In 2001, after reading a Natural Resources Defense Council report on Peabody's use of the Navajo aquifer, Johns began working with an aunt and uncle to get the word out, translating the report into terms that would make sense to Black Mesa residents. Instead of gallons, for instance, they talked of 55-gallon drums, which are what most Navajo use to haul water. The effort grew into two groups, To' Nizhoni Ani and the Black Mesa Water Coalition.
Traveling along the unpaved roads of a reservation the size of West Virginia, the Black Mesa Water Coalition has worked to get Navajo talking about a future without coal. Over the past 33 years, $24 million in annual royalties from Black Mesa coal has gone into the Navajo Nation's general fund, but the Navajo's annual per capita income is still under $7,000, unemployment is at 53 percent, and the Black Mesa area is still without electricity and running water.
"Not one dime has come back to Black Mesa," Johns says. "We can't expect money to solve everything for us."
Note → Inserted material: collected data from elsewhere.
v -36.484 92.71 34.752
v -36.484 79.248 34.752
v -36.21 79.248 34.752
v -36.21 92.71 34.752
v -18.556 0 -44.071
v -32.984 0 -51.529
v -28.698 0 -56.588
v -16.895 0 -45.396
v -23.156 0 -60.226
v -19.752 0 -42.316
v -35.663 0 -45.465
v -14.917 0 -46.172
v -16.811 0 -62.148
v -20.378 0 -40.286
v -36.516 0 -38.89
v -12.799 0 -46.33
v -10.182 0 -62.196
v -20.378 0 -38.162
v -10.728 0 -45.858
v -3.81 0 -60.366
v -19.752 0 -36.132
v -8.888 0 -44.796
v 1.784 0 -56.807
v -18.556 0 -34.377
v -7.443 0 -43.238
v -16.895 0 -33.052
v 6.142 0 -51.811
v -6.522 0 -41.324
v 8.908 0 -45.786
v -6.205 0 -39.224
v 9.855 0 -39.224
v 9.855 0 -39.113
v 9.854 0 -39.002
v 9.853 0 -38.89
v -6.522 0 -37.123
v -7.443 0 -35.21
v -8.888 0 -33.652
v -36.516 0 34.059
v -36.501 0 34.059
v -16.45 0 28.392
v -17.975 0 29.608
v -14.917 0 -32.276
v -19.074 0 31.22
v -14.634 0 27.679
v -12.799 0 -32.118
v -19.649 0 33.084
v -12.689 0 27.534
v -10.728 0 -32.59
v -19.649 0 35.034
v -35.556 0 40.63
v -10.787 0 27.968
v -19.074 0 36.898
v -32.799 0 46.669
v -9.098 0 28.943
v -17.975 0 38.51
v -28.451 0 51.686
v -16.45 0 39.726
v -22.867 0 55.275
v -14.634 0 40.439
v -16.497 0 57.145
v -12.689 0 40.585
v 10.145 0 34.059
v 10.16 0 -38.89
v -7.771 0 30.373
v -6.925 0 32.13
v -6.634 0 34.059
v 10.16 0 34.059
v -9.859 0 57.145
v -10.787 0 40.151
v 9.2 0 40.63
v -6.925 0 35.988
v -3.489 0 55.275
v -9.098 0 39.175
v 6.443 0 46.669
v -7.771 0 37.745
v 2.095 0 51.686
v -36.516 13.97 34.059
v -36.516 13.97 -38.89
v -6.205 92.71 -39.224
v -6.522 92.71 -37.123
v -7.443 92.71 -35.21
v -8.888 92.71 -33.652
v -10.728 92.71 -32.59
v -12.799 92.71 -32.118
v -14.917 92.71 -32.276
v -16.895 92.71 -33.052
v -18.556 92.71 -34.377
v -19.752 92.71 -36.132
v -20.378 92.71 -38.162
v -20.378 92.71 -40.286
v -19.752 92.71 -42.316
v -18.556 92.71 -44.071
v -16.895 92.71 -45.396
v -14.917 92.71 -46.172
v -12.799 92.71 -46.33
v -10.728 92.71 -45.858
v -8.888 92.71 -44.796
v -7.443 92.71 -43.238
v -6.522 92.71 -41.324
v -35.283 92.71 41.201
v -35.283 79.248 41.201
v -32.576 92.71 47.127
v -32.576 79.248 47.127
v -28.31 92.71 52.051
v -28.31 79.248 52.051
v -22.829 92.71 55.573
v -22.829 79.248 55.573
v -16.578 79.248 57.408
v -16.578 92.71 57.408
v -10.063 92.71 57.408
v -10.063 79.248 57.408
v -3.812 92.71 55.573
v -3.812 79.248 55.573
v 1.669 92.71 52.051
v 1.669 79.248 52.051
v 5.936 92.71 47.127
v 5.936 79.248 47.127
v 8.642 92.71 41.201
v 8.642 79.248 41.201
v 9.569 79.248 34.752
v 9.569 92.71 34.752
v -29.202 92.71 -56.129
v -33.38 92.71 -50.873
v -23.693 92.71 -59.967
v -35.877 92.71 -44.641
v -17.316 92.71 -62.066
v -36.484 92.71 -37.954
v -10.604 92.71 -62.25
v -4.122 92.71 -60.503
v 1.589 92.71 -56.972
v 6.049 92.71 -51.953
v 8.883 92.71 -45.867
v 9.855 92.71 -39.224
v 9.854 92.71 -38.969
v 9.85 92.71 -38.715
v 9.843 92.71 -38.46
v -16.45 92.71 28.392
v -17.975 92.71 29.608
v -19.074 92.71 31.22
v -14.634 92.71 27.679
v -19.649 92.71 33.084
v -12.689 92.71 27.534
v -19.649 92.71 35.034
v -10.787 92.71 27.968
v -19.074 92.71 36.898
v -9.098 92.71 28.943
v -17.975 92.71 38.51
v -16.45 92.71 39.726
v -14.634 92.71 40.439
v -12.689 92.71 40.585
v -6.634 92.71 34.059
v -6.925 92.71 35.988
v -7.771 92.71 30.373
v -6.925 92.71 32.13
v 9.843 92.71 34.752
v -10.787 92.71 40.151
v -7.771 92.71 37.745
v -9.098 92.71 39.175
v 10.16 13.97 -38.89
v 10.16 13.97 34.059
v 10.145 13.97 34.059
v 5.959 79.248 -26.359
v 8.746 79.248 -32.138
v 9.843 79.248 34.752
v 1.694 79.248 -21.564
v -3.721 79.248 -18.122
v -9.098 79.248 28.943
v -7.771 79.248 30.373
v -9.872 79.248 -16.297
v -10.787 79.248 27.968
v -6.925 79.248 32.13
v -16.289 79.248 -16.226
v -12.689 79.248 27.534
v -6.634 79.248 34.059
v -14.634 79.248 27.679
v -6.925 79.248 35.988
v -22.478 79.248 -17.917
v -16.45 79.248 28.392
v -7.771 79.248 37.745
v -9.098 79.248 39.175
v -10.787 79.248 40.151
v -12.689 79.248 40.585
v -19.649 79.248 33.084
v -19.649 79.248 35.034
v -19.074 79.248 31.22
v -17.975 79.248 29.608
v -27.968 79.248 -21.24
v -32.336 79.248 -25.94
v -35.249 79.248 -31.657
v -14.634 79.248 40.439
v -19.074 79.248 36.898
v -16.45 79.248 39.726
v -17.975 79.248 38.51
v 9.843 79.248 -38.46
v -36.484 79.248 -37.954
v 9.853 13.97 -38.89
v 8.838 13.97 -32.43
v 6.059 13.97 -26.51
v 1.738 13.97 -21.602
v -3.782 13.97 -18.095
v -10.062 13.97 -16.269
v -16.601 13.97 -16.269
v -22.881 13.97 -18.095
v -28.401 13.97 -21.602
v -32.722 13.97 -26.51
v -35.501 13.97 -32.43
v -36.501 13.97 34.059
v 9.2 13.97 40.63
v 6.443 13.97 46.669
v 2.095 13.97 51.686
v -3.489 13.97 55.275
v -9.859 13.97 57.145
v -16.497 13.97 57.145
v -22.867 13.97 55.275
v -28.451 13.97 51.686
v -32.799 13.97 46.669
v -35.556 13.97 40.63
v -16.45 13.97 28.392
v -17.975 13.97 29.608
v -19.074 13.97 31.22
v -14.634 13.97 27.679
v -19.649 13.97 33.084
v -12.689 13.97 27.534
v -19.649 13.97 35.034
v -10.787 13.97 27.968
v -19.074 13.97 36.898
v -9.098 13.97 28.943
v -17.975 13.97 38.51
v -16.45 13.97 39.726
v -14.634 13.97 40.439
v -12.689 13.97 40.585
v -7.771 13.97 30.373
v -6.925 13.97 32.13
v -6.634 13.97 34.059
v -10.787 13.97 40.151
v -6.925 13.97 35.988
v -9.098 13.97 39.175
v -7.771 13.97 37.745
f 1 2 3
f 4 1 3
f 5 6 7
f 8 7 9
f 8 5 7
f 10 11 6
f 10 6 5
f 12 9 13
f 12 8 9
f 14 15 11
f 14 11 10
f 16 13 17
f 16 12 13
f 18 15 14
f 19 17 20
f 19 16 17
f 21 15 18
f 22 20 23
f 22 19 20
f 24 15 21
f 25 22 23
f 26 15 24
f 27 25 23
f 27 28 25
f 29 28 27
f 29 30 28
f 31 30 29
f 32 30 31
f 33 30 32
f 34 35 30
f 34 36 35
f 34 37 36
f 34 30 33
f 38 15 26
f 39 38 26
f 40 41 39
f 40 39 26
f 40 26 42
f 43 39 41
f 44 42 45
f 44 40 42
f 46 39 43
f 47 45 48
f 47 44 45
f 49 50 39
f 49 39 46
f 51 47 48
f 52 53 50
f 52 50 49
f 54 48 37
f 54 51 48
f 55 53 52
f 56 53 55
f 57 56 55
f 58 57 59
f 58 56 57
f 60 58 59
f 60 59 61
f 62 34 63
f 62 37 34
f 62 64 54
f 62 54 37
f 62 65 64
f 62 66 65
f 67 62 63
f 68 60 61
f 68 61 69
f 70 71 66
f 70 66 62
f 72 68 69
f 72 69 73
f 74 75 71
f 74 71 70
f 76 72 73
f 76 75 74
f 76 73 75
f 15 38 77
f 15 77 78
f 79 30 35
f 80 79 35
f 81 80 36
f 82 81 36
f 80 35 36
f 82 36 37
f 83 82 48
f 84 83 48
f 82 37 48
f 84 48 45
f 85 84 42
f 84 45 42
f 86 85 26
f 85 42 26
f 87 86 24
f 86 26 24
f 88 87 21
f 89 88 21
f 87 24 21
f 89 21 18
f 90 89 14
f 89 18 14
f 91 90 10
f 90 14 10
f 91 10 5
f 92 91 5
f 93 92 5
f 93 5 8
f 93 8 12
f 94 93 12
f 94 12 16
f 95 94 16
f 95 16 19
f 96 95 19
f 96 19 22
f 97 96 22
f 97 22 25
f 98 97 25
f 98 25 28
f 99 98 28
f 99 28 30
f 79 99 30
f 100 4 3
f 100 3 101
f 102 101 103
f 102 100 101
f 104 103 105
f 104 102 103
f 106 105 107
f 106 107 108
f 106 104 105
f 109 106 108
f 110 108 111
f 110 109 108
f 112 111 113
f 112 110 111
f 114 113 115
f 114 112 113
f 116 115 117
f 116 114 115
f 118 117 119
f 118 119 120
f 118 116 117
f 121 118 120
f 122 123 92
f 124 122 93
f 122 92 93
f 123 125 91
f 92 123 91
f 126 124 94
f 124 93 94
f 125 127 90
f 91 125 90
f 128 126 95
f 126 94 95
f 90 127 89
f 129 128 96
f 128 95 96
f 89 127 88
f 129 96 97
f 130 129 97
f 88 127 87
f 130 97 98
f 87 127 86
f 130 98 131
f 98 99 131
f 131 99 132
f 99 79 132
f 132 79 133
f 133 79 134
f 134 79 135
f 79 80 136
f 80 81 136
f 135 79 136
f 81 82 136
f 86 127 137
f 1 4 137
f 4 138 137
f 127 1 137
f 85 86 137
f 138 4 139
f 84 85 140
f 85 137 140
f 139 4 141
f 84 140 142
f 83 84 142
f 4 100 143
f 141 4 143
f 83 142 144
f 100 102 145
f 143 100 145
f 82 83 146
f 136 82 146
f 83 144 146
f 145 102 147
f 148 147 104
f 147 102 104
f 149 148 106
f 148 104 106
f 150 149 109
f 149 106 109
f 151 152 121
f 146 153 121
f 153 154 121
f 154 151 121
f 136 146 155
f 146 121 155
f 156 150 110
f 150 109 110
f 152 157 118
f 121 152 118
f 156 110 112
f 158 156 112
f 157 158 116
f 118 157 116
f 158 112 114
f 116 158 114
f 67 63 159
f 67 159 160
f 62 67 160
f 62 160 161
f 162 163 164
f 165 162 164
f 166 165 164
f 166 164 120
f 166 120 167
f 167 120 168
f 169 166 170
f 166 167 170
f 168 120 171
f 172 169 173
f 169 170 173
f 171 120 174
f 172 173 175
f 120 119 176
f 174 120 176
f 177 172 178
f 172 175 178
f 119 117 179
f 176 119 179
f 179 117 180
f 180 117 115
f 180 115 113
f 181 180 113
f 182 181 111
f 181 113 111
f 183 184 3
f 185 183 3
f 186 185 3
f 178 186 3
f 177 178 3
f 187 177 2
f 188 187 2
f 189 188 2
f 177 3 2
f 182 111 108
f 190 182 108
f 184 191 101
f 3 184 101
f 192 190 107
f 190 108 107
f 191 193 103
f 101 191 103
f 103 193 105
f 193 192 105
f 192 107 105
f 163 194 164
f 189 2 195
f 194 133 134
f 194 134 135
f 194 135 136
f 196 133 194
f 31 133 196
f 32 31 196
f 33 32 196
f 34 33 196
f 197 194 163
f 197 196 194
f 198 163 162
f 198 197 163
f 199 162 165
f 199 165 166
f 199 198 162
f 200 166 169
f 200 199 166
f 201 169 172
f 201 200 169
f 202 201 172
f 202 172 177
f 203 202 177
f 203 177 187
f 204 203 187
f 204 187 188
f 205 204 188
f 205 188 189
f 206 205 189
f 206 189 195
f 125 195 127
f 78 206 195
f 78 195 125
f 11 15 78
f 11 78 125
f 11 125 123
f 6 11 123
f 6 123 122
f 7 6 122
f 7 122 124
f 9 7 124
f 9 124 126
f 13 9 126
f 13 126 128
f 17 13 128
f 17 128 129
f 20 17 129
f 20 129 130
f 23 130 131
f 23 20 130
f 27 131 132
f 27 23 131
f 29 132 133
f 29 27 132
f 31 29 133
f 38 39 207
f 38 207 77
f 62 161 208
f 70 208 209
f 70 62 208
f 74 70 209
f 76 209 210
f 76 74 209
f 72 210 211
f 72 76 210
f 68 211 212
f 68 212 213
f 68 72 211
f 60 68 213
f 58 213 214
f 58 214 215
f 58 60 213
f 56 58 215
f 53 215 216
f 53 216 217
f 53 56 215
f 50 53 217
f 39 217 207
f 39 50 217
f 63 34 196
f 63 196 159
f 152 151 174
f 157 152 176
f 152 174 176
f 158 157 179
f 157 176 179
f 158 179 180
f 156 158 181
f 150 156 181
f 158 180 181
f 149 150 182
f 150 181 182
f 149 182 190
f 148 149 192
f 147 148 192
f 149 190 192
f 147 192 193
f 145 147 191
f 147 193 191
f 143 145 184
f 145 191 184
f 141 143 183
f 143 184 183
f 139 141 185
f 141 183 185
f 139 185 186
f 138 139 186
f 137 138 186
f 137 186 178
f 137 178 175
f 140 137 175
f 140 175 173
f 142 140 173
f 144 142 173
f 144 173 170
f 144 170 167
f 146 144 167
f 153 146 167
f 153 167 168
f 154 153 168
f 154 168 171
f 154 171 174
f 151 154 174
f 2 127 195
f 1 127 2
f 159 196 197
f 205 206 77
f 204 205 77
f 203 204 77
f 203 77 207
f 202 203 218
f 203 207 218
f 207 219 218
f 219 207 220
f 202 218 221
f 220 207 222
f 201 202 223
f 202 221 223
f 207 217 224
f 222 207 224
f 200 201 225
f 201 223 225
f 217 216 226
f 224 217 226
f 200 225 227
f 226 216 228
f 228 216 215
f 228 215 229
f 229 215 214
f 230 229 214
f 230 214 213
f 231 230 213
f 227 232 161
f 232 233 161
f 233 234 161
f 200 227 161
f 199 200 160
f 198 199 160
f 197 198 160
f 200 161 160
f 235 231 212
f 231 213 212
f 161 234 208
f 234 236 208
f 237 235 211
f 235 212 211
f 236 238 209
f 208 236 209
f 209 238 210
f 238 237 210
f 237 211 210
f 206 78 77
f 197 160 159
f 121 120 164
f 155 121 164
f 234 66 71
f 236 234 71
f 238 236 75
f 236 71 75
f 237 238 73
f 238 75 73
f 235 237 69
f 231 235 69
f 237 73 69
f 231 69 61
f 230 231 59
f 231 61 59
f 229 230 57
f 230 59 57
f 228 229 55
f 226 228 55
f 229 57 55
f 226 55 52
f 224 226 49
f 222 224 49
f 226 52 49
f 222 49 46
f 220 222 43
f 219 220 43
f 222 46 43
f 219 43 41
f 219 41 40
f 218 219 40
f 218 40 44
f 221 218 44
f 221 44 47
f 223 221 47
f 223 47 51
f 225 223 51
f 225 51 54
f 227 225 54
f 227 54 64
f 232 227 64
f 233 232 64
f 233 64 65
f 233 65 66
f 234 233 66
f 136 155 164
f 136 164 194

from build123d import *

# Parameters (mm, degrees)
F0_R      = 23.1868953792
F1_DEPTH  = 92.71
F3_DEPTH  = 13.97
F5_DEPTH  = 13.97
F7_DEPTH  = 13.462
F9_DEPTH  = 13.462
F10_R     = 7.1263406122
F11_DEPTH = 92.711
F12_R     = 6.5437745526
F13_DEPTH = 92.711


with BuildPart() as f1:
    # F0 (on Front) → F1 (new body)
    with BuildSketch(Plane.XZ):
        with Locations((-13.3315408602, -39.2239503562)):
            Circle(F0_R)
    extrude(amount=-F1_DEPTH)

    # F2 (on face) → F3 (join)
    with BuildSketch(Plane.XZ):
        with BuildLine():
            Line((-36.5160371978, 34.0590924025), (-36.5160371978, -38.8904134022))
            ThreePointArc((-36.5160371978, -38.8904134022), (-13.3315408602, -16.0370549771), (9.8529554773, -38.8904134022))
            Line((9.8529554773, -38.8904134022), (10.1600009948, -38.8904134022))
            Line((10.1600009948, -38.8904134022), (10.1600009948, 34.0590924025))
            Line((10.1600009948, 34.0590924025), (-36.5160371978, 34.0590924025))
        make_face()
    extrude(amount=-F3_DEPTH)

    # F4 (on face) → F5 (join)
    with BuildSketch(Plane.XZ):
        with BuildLine():
            Line((-36.5011457602, 34.0590924025), (10.1451095572, 34.0590924025))
            ThreePointArc((10.1451095572, 34.0590924025), (-13.1780181015, 57.3822200612), (-36.5011457602, 34.0590924025))
        make_face()
    extrude(amount=-F5_DEPTH)

    # F6 (on face) → F7 (join)
    with BuildSketch(Plane(origin=(0, 92.71, 0), x_dir=(-1, 0, 0), z_dir=(0, 1, 0))):
        with BuildLine():
            Line((-9.8427801074, 34.751817584), (-9.8427801074, -38.4604289001))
The movement away from a coal economy has already begun. The Black Mesa Mine closed in 2005, as did the water-hogging slurry pipeline. In January, the Department of the Interior prevented Peabody from reopening and expanding the mine using a permit it holds for a neighboring operation. And last year, Johns's Black Mesa Water Coalition persuaded the tribal government to establish a Navajo Green Economy Fund.
"We had to come up with our definition of green," Johns says. "A lot of us raise sheep, so that meant developing an economy around sheep, around the wool, around the meat." The new Navajo economy might include renewable energy and weatherization, but it could also include a wool mill, green construction using traditional building methods, and an agricultural venture based on the tribe's store of heirloom seeds. "Our main thing is looking at what our people are doing and then supporting systems that are already in place," Johns explains.
Looking back over the past nine years, Johns wishes her organization had had more training, more guidance, and more money so that they wouldn't have had to learn so much through trial and error. But she's proud that their work has consistently embodied Dine values—respectful interaction, the involvement of multiple generations, and a commitment to charting a self-sufficient, sustainable future. "Being green is not a new concept to our people," she says. —D.S.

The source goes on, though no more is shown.